┌────────
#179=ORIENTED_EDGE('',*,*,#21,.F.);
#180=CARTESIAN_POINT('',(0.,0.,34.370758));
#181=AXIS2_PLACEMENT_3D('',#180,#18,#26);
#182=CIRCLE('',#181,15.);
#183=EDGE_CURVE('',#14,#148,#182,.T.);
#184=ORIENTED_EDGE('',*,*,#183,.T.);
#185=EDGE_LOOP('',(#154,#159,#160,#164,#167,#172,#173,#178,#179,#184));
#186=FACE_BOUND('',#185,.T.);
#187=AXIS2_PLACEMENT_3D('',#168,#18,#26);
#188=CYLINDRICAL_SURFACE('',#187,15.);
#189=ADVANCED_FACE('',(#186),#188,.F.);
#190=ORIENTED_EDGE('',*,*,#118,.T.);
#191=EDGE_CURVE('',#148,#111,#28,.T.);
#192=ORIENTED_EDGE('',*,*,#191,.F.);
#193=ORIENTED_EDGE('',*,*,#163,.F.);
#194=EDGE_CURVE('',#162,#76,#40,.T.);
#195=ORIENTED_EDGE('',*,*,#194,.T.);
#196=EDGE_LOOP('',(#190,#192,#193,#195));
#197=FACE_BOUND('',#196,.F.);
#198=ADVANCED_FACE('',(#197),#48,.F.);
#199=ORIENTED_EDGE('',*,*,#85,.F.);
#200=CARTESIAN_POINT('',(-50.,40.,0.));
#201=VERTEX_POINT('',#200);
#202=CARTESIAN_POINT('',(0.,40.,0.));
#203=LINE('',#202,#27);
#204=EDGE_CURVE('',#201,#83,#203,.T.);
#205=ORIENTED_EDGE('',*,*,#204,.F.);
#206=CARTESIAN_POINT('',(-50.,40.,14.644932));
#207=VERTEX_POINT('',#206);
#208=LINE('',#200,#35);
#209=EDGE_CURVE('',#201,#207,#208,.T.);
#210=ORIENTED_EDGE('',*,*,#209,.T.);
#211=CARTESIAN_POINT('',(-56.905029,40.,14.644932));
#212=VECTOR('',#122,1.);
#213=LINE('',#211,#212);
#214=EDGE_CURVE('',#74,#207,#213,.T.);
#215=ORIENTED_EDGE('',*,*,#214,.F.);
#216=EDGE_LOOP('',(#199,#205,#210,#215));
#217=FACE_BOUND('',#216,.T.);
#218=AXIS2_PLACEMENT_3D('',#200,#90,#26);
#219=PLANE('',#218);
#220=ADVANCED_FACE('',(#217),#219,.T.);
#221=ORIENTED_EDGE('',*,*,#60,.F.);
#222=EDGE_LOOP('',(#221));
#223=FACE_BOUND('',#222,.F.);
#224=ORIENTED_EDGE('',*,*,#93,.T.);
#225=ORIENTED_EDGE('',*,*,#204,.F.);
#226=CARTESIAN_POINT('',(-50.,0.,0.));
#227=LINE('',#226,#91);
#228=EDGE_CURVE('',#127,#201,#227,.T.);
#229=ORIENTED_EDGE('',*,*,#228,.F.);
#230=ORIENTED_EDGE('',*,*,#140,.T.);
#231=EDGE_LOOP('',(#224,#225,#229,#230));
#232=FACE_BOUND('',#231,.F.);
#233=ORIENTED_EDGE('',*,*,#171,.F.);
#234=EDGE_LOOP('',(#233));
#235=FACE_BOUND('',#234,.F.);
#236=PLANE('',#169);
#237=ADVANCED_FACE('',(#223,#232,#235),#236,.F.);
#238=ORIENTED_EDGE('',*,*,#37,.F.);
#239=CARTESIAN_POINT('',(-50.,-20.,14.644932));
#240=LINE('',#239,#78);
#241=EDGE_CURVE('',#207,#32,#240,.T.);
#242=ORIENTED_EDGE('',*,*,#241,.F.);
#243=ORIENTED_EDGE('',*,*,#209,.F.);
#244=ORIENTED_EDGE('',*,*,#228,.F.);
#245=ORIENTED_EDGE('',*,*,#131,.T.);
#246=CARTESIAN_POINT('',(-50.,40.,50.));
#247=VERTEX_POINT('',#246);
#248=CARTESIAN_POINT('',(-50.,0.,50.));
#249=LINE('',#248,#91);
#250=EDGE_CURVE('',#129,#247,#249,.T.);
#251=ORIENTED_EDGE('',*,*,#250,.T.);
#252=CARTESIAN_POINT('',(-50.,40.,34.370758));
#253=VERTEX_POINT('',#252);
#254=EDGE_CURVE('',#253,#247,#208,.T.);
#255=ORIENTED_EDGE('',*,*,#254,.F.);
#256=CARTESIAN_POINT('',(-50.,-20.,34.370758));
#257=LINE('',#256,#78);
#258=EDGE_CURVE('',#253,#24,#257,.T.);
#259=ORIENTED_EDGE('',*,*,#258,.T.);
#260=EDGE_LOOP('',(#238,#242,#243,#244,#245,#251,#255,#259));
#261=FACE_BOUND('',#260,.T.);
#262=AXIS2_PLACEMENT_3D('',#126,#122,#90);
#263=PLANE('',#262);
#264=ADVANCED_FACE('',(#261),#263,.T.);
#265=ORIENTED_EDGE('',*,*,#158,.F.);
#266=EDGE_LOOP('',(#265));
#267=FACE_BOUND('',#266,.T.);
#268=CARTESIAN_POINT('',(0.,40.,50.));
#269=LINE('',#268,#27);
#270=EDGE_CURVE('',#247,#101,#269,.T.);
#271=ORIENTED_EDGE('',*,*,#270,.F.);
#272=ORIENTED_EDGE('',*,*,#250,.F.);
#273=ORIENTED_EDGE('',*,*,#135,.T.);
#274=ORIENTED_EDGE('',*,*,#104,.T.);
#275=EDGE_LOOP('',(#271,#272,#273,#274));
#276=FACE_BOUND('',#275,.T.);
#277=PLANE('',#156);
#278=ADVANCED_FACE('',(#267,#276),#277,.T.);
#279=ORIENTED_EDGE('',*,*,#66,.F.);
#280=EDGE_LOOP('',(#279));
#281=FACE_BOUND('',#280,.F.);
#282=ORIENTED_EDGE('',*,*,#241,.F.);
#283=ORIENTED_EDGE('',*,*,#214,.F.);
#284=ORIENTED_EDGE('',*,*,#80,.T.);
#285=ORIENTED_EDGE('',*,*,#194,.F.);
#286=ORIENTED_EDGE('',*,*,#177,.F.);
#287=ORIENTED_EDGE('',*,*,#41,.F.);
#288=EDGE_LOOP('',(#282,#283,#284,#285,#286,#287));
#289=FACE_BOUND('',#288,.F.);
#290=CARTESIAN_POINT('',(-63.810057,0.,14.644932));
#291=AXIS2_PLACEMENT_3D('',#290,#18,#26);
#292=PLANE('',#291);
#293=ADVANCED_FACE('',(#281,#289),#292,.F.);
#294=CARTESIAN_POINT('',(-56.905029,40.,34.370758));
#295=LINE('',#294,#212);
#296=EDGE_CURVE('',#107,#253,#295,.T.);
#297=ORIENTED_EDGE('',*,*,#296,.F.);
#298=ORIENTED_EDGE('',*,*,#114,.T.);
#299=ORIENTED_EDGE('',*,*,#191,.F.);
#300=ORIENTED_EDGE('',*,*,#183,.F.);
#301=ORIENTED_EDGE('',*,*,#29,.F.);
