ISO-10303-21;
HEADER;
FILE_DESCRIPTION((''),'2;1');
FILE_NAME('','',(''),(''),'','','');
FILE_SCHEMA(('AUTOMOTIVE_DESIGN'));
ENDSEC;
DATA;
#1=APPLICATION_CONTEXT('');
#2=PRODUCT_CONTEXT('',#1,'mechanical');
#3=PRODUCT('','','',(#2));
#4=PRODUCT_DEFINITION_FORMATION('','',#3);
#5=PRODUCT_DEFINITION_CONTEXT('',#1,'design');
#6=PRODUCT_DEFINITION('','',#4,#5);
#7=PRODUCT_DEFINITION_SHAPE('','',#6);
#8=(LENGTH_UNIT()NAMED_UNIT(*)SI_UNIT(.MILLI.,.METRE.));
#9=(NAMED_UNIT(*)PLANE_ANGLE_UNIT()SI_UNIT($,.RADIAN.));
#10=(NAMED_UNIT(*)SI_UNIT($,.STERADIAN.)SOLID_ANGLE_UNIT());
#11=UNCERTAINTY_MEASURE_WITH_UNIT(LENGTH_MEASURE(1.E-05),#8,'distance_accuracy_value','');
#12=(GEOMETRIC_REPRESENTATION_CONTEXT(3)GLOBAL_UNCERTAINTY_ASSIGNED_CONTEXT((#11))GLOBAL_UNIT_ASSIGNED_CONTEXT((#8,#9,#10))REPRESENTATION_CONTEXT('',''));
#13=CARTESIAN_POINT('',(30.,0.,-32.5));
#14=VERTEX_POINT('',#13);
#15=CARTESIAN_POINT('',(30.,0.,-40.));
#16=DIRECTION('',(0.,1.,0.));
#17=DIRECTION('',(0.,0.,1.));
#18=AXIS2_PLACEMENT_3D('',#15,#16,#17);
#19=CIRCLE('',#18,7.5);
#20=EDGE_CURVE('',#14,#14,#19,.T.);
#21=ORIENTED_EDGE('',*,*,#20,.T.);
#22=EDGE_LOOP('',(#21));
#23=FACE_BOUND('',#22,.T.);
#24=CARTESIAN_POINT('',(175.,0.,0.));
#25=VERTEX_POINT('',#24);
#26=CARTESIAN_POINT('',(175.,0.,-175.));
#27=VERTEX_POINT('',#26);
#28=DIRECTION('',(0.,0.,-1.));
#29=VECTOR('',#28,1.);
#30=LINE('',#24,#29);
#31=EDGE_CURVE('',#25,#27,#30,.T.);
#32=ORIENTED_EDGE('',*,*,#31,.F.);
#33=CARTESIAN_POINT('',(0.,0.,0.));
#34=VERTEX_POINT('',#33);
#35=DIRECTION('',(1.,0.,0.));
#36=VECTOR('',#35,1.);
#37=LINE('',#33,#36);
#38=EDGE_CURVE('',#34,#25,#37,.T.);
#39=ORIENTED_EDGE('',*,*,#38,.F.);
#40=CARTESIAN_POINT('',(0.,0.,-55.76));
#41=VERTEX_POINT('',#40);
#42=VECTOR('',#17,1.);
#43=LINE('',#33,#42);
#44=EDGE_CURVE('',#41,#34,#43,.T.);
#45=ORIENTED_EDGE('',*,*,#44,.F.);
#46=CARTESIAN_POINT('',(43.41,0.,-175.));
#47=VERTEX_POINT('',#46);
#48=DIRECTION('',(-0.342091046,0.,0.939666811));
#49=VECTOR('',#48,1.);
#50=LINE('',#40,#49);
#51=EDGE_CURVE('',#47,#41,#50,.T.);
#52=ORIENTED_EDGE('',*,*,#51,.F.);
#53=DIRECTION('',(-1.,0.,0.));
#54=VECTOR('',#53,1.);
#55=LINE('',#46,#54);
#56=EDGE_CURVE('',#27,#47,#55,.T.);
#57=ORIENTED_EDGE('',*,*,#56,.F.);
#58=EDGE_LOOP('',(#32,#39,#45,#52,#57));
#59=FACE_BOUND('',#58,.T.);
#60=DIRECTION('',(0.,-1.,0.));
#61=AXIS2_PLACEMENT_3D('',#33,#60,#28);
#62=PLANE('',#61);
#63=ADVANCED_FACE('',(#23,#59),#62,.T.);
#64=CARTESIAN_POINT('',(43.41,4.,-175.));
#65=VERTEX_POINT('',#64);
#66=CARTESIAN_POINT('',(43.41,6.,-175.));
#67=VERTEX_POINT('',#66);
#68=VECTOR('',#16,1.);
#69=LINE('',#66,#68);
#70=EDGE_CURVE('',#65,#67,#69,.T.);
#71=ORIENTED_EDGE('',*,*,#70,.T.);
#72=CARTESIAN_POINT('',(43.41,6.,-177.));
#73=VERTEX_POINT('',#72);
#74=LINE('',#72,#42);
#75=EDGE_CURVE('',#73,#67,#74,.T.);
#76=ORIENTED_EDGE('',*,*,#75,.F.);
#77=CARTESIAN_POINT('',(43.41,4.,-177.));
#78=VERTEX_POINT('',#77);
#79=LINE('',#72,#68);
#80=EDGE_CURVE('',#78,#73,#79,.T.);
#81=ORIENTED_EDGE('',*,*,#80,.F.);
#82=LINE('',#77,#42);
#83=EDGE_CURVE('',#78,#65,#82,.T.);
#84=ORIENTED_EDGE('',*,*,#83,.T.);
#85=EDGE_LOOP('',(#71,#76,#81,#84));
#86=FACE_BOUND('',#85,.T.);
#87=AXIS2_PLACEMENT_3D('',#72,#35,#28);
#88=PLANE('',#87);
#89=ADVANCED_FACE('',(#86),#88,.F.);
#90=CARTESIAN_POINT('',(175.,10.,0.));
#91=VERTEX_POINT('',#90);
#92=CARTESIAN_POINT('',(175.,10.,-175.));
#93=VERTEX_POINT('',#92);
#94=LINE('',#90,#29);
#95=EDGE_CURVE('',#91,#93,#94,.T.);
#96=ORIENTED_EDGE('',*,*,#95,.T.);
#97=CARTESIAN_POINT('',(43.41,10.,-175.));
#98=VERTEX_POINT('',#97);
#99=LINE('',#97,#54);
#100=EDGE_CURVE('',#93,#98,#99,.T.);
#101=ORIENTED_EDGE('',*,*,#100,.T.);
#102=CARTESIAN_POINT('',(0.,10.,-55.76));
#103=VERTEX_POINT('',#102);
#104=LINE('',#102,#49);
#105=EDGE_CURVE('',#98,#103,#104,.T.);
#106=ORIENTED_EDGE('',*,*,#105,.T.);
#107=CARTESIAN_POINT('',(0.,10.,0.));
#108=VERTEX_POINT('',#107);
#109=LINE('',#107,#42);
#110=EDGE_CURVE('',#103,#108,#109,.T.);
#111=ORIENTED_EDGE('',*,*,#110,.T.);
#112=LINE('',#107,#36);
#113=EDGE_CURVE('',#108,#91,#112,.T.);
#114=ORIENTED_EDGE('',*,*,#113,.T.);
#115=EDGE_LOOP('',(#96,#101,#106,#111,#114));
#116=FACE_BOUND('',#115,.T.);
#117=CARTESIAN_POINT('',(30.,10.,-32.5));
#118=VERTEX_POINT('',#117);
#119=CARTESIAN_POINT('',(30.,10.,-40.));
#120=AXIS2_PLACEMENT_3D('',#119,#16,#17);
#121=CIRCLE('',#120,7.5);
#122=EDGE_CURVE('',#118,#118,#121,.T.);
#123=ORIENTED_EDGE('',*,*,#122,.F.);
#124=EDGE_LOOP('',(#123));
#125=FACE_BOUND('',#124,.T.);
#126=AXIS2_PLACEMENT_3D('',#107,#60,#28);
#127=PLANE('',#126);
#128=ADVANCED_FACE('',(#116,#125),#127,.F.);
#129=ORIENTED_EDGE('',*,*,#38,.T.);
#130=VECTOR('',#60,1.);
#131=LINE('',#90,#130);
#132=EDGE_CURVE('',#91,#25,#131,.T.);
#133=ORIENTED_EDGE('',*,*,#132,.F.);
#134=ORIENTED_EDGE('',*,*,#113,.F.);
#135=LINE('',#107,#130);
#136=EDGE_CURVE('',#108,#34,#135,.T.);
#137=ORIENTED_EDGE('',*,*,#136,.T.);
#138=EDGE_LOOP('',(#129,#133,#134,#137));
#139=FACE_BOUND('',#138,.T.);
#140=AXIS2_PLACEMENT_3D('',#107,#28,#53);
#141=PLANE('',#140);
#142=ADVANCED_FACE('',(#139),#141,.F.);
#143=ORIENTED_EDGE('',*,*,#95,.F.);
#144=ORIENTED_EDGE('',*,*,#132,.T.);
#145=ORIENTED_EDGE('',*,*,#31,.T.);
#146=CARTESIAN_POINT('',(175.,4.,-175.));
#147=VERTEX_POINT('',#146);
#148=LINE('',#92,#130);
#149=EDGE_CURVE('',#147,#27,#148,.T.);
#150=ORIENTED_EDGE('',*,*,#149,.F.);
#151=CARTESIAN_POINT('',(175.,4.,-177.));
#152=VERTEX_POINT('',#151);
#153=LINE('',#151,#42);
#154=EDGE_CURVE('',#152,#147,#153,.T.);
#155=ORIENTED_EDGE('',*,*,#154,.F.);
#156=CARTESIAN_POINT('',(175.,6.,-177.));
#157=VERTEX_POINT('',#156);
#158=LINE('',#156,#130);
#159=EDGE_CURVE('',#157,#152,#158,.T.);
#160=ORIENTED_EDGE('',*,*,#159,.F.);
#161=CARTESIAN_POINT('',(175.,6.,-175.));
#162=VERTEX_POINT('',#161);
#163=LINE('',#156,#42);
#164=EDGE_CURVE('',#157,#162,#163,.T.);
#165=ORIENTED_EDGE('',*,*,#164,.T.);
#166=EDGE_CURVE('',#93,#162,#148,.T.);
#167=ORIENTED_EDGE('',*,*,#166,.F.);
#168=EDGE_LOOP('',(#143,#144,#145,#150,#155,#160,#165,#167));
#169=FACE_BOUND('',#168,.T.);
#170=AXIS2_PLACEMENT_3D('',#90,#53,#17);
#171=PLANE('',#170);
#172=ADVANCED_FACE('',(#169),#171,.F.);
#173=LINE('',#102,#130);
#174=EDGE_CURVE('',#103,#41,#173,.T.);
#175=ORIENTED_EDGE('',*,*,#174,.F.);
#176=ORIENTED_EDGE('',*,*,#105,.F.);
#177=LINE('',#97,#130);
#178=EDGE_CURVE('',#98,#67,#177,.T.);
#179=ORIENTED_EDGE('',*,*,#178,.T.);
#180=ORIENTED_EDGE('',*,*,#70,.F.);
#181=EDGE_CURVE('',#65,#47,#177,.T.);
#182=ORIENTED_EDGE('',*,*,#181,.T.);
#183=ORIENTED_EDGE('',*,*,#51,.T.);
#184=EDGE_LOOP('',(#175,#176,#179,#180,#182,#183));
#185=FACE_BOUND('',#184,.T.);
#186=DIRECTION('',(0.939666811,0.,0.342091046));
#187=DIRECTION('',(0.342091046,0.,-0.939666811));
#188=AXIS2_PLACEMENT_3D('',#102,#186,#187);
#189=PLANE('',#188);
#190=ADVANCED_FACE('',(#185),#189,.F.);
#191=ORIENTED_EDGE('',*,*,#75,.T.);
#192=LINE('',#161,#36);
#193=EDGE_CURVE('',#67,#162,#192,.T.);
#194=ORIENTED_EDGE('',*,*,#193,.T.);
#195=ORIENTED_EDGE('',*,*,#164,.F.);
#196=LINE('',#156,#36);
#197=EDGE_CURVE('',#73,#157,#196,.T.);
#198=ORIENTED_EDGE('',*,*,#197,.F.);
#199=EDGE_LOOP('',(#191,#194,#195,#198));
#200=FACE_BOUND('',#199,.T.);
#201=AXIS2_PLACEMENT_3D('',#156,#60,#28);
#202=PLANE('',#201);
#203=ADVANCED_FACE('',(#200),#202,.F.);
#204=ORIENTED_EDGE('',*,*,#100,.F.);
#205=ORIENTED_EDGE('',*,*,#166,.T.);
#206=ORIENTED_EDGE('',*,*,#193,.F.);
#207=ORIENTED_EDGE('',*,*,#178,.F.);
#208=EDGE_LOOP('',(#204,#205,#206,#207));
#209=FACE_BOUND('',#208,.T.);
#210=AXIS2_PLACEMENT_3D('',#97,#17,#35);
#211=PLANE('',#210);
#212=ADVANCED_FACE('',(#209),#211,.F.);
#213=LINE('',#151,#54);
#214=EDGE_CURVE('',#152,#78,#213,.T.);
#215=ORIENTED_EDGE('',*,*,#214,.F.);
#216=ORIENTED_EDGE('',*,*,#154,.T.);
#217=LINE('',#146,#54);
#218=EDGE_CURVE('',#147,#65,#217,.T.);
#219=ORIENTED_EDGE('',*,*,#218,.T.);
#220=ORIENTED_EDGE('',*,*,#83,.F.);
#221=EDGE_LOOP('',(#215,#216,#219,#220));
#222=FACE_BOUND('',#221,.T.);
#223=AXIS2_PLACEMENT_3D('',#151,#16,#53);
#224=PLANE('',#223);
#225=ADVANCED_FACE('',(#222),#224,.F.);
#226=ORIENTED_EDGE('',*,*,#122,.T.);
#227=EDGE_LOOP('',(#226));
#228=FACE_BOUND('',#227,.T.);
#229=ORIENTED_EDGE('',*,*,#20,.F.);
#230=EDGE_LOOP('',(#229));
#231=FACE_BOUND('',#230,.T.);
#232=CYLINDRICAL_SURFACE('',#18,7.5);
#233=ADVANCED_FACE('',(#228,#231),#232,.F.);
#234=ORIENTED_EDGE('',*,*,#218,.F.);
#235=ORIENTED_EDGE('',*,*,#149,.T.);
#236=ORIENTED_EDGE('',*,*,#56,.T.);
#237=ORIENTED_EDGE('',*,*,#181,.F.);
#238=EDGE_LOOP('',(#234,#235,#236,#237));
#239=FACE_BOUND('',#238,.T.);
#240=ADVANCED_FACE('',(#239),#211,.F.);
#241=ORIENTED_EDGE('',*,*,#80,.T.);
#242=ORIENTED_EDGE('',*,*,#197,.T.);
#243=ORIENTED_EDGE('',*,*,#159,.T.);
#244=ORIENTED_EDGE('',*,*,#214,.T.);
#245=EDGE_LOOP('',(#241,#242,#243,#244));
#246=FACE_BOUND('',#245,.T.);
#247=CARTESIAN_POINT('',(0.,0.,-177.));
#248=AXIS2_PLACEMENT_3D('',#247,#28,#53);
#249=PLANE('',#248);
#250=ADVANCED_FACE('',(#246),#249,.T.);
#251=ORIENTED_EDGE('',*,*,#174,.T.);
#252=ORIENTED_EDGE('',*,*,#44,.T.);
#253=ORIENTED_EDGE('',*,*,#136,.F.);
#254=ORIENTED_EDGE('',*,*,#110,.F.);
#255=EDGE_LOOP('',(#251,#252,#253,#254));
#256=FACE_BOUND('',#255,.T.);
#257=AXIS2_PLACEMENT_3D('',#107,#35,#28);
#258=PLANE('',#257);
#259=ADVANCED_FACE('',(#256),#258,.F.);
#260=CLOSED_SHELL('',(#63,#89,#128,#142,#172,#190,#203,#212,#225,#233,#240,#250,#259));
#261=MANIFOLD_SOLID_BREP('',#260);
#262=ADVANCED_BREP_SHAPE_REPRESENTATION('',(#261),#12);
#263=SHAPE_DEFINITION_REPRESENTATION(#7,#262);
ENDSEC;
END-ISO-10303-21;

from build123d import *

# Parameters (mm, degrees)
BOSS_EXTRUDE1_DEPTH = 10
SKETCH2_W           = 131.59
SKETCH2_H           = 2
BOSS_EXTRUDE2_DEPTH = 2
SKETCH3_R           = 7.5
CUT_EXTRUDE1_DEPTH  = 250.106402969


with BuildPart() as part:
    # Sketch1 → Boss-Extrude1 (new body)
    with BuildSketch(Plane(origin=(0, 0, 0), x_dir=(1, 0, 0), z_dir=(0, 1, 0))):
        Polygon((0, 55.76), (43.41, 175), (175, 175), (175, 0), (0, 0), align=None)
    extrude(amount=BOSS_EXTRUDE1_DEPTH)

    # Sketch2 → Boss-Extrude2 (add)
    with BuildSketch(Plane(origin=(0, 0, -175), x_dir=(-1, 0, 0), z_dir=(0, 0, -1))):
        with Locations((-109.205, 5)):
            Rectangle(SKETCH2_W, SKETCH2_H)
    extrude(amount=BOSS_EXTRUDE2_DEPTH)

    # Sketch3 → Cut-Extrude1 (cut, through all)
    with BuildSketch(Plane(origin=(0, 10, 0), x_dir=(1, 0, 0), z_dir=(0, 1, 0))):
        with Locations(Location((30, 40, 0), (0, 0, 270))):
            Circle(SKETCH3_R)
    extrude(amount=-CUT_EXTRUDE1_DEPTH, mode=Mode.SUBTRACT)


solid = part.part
└────────
What the task requires: In the listing above, find the line with "#250=ADVANCED_FACE('',(#246),#249,.T.);" and the line with "#259=ADVANCED_FACE('',(#256),#258,.F.);", then reproduce both and every line between them exactly.

Exercise response:
#250=ADVANCED_FACE('',(#246),#249,.T.);
#251=ORIENTED_EDGE('',*,*,#174,.T.);
#252=ORIENTED_EDGE('',*,*,#44,.T.);
#253=ORIENTED_EDGE('',*,*,#136,.F.);
#254=ORIENTED_EDGE('',*,*,#110,.F.);
#255=EDGE_LOOP('',(#251,#252,#253,#254));
#256=FACE_BOUND('',#255,.T.);
#257=AXIS2_PLACEMENT_3D('',#107,#35,#28);
#258=PLANE('',#257);
#259=ADVANCED_FACE('',(#256),#258,.F.);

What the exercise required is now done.